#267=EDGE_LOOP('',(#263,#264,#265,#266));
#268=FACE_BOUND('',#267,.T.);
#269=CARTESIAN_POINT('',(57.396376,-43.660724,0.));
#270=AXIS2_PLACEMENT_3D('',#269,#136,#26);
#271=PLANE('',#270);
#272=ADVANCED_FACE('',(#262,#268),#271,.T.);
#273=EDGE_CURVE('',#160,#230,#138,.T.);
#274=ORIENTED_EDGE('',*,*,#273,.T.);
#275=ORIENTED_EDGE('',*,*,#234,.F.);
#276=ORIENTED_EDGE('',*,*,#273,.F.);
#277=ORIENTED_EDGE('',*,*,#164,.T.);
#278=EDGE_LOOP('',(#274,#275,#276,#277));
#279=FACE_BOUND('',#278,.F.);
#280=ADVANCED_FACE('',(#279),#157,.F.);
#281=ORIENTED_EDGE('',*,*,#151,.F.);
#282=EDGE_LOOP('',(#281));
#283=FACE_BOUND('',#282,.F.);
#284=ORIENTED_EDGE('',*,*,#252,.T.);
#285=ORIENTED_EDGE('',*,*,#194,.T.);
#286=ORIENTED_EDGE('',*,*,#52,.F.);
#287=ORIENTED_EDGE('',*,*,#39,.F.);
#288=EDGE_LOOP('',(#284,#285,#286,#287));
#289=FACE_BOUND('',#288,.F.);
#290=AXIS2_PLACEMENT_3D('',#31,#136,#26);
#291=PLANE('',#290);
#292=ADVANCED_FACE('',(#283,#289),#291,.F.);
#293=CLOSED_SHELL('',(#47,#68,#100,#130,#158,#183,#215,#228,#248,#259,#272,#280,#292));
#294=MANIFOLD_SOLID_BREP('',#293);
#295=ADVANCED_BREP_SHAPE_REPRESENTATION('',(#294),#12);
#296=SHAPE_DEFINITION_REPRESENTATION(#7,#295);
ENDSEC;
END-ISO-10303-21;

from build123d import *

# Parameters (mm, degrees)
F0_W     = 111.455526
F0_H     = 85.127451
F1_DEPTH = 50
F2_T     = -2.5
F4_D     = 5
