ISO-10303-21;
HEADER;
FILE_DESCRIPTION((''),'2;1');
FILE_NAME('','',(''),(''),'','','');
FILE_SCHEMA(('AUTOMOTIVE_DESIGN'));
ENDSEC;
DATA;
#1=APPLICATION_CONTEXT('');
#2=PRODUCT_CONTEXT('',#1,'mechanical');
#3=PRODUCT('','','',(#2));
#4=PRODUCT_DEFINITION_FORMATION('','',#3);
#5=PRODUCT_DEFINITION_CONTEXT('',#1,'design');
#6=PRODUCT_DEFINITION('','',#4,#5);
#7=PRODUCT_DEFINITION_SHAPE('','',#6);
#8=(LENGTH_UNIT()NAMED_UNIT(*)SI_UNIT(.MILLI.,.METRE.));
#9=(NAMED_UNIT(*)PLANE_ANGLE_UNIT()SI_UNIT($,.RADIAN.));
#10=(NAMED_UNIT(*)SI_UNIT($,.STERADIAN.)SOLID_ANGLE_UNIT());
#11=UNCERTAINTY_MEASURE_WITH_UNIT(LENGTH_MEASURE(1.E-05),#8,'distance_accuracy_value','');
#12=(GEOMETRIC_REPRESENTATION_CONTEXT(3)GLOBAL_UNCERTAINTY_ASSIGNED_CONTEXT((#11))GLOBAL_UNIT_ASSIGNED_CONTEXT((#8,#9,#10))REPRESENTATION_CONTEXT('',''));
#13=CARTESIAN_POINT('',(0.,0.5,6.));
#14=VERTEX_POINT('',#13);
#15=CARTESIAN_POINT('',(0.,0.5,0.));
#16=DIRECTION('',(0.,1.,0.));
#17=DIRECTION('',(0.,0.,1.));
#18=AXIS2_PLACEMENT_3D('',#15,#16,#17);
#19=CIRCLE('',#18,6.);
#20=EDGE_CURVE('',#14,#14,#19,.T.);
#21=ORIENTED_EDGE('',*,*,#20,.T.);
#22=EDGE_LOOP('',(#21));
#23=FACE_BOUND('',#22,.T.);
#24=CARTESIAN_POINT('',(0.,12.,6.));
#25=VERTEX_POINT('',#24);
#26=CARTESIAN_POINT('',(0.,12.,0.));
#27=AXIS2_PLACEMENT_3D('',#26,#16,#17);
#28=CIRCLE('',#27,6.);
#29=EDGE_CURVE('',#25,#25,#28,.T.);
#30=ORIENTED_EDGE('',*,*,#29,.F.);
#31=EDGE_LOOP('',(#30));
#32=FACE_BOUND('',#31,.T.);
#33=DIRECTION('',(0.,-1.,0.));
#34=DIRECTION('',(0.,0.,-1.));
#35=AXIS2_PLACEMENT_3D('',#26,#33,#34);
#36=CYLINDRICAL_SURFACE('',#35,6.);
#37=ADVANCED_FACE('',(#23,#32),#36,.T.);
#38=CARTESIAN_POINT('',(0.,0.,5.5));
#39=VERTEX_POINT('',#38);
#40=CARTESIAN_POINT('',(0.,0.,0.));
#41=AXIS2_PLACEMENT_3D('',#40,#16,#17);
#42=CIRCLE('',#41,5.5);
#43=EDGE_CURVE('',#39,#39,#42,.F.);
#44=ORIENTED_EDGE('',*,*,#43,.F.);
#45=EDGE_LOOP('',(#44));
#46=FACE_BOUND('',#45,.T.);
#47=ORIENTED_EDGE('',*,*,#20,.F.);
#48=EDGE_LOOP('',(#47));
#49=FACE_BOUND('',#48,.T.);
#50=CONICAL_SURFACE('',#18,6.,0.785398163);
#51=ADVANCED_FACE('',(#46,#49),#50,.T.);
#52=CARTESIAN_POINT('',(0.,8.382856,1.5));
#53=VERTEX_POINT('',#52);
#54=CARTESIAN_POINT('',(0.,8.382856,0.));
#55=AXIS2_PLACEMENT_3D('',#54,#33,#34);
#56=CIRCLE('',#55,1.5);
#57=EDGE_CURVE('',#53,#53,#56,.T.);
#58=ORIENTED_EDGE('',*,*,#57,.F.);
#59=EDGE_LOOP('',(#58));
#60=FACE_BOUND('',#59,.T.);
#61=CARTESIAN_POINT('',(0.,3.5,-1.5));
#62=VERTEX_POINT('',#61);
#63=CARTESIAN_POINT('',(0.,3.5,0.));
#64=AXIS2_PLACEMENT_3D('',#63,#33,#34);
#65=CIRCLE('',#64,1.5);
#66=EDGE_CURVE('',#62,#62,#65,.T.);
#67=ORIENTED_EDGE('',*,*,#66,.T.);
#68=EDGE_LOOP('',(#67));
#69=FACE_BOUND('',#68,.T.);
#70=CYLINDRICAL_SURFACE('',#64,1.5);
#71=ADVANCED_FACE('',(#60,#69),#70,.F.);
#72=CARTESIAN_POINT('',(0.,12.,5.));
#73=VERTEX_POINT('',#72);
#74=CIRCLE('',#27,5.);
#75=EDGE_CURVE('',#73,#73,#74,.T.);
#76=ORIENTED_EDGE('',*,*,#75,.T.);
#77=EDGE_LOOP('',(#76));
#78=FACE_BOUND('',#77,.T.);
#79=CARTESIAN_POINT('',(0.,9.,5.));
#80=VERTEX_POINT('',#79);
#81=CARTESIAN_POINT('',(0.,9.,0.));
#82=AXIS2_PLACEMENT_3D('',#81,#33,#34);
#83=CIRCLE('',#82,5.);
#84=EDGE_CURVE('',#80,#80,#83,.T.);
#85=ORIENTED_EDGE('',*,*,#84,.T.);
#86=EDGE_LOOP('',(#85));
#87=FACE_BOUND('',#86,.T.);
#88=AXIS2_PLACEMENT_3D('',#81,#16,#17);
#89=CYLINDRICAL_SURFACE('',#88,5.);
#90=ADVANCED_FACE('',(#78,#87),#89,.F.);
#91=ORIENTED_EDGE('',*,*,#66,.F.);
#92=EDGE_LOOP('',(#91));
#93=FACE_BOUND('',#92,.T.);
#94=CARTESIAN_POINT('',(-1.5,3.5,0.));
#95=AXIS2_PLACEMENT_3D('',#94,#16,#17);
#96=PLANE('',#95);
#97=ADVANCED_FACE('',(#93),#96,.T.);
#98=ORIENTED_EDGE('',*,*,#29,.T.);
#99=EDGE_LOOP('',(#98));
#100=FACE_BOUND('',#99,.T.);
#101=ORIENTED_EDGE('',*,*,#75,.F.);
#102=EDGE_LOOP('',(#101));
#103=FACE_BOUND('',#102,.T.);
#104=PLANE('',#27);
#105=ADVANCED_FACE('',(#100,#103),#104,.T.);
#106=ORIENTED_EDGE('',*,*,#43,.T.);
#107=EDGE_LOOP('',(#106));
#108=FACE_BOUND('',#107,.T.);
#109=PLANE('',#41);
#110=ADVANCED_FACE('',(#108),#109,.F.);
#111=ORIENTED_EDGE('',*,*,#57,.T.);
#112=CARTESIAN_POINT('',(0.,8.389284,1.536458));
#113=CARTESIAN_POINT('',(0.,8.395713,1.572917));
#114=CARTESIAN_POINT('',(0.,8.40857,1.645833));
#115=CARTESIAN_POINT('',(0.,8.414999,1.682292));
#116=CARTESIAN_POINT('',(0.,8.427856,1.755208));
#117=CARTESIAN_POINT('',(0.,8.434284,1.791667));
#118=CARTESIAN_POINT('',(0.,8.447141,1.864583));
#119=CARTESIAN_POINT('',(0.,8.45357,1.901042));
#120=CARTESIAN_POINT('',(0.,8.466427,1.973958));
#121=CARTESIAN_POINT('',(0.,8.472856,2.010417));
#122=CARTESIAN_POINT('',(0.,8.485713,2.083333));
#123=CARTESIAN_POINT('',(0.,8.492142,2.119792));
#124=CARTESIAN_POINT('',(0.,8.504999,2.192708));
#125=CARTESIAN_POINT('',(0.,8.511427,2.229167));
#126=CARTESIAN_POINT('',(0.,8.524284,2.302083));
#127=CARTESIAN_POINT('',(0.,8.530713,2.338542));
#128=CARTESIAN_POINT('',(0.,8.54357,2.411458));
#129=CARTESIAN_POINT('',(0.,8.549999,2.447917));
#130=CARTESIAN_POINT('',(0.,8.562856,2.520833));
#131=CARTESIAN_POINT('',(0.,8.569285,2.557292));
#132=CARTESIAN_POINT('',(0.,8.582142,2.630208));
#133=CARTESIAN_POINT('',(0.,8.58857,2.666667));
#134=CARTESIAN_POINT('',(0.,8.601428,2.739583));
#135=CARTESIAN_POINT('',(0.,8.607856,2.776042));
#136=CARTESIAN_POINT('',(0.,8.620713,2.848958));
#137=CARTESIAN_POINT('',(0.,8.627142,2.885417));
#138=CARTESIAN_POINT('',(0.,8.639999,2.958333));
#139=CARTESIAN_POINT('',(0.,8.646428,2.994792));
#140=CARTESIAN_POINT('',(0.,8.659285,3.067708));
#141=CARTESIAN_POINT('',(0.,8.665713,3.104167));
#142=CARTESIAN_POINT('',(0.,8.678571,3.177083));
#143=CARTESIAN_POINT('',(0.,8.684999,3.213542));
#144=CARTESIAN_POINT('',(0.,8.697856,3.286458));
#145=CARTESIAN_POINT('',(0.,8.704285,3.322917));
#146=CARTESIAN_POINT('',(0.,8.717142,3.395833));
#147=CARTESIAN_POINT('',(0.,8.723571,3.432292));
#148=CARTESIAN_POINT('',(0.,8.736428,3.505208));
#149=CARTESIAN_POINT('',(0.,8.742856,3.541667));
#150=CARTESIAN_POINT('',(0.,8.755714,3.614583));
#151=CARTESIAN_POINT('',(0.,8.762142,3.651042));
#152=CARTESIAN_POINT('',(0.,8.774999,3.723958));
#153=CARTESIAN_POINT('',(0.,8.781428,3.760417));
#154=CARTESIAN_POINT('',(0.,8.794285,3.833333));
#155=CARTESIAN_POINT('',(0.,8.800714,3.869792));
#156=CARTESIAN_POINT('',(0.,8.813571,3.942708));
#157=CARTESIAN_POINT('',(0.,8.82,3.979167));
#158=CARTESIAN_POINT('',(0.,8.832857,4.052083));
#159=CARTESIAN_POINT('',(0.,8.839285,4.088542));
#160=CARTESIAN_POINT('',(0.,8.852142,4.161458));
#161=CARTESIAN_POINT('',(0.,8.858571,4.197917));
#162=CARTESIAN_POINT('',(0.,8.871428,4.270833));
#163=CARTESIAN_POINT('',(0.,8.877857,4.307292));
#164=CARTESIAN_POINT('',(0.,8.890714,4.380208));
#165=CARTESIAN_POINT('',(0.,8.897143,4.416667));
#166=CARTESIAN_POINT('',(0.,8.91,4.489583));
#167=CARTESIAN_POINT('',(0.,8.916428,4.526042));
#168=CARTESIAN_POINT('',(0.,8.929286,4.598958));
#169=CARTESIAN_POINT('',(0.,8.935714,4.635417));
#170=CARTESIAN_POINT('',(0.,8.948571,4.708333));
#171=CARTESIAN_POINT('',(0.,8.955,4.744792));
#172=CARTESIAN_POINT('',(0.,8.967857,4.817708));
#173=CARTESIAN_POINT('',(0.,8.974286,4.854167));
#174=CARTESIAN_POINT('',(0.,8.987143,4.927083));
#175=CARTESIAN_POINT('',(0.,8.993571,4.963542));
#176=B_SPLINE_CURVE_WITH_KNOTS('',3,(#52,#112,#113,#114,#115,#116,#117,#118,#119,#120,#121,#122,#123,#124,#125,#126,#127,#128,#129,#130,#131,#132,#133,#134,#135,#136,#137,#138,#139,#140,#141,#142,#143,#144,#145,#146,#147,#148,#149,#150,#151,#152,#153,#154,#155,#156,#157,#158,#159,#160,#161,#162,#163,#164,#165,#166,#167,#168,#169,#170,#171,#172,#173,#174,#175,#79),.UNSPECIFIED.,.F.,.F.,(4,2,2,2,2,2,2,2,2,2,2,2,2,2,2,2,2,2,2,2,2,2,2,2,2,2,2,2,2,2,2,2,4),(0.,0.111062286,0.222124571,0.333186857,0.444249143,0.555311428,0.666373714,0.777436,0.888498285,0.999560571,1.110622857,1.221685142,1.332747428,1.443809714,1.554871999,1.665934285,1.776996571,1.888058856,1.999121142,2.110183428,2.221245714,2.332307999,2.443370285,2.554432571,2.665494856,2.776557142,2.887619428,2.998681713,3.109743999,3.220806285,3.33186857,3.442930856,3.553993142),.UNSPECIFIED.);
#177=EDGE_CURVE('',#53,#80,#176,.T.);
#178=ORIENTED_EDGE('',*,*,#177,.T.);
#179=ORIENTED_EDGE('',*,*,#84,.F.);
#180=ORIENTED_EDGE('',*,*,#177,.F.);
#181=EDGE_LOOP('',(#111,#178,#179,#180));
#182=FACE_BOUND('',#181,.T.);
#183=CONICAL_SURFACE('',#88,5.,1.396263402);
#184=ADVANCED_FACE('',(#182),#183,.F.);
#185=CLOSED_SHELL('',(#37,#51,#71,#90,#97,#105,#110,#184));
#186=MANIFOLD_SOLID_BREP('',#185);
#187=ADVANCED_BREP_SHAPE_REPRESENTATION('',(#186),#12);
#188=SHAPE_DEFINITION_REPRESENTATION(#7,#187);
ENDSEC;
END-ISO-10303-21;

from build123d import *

# Parameters (mm, degrees)
SKETCH1_R           = 6
BOSS_EXTRUDE1_DEPTH = 12
SKETCH2_R           = 5
CUT_EXTRUDE1_DEPTH  = 3
CHAMFER1_SIZE       = 0.5


with BuildPart() as part:
    # Sketch1 → Boss-Extrude1 (new body)
    with BuildSketch(Plane(origin=(0, 0, 0), x_dir=(1, 0, 0), z_dir=(0, 1, 0))):
        with Locations(Location((0, 0, 0), (0, 0, 270))):
            Circle(SKETCH1_R)
    extrude(amount=BOSS_EXTRUDE1_DEPTH)

    # Sketch2 → Cut-Extrude1 (cut)
    with BuildSketch(Plane(origin=(0, 12, 0), x_dir=(1, 0, 0), z_dir=(0, 1, 0))):
        with Locations(Location((0, 0, 0), (0, 0, 270))):
            Circle(SKETCH2_R)
    extrude(amount=-CUT_EXTRUDE1_DEPTH, mode=Mode.SUBTRACT)

    # Sketch3 → Cut-Revolve1 (revolve, cut)
    with BuildSketch(Plane.XY, mode=Mode.PRIVATE) as cut_revolve1_sk:
        Polygon((-5, 9), (-1.5, 8.382855568), (-1.5, 3.5), (0, 3.5), (0, 9), align=None)
    revolve(cut_revolve1_sk.sketch.rotate(Axis((0, 3.5, 0), (0, 1, 0)), 90), axis=Axis((0, 3.5, 0), (0, 1, 0)), mode=Mode.SUBTRACT)

    # Chamfer1
    chamfer1_edges = [part.edges().sort_by_distance(p)[0] for p in [
        (0, 0, -6),
    ]]
    chamfer(chamfer1_edges, length=CHAMFER1_SIZE)


solid = part.part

__________

§ Problem: Transcribe the listing above line for line, from the first line to the line containing "#272=ADVANCED_FACE('',(#262,#268),#271,.T.);", inclusive, with no other lines.

§ Problem solution:
#267=EDGE_LOOP('',(#263,#264,#265,#266));
#268=FACE_BOUND('',#267,.T.);
#269=CARTESIAN_POINT('',(57.396376,-43.660724,0.));
#270=AXIS2_PLACEMENT_3D('',#269,#136,#26);
#271=PLANE('',#270);
#272=ADVANCED_FACE('',(#262,#268),#271,.T.);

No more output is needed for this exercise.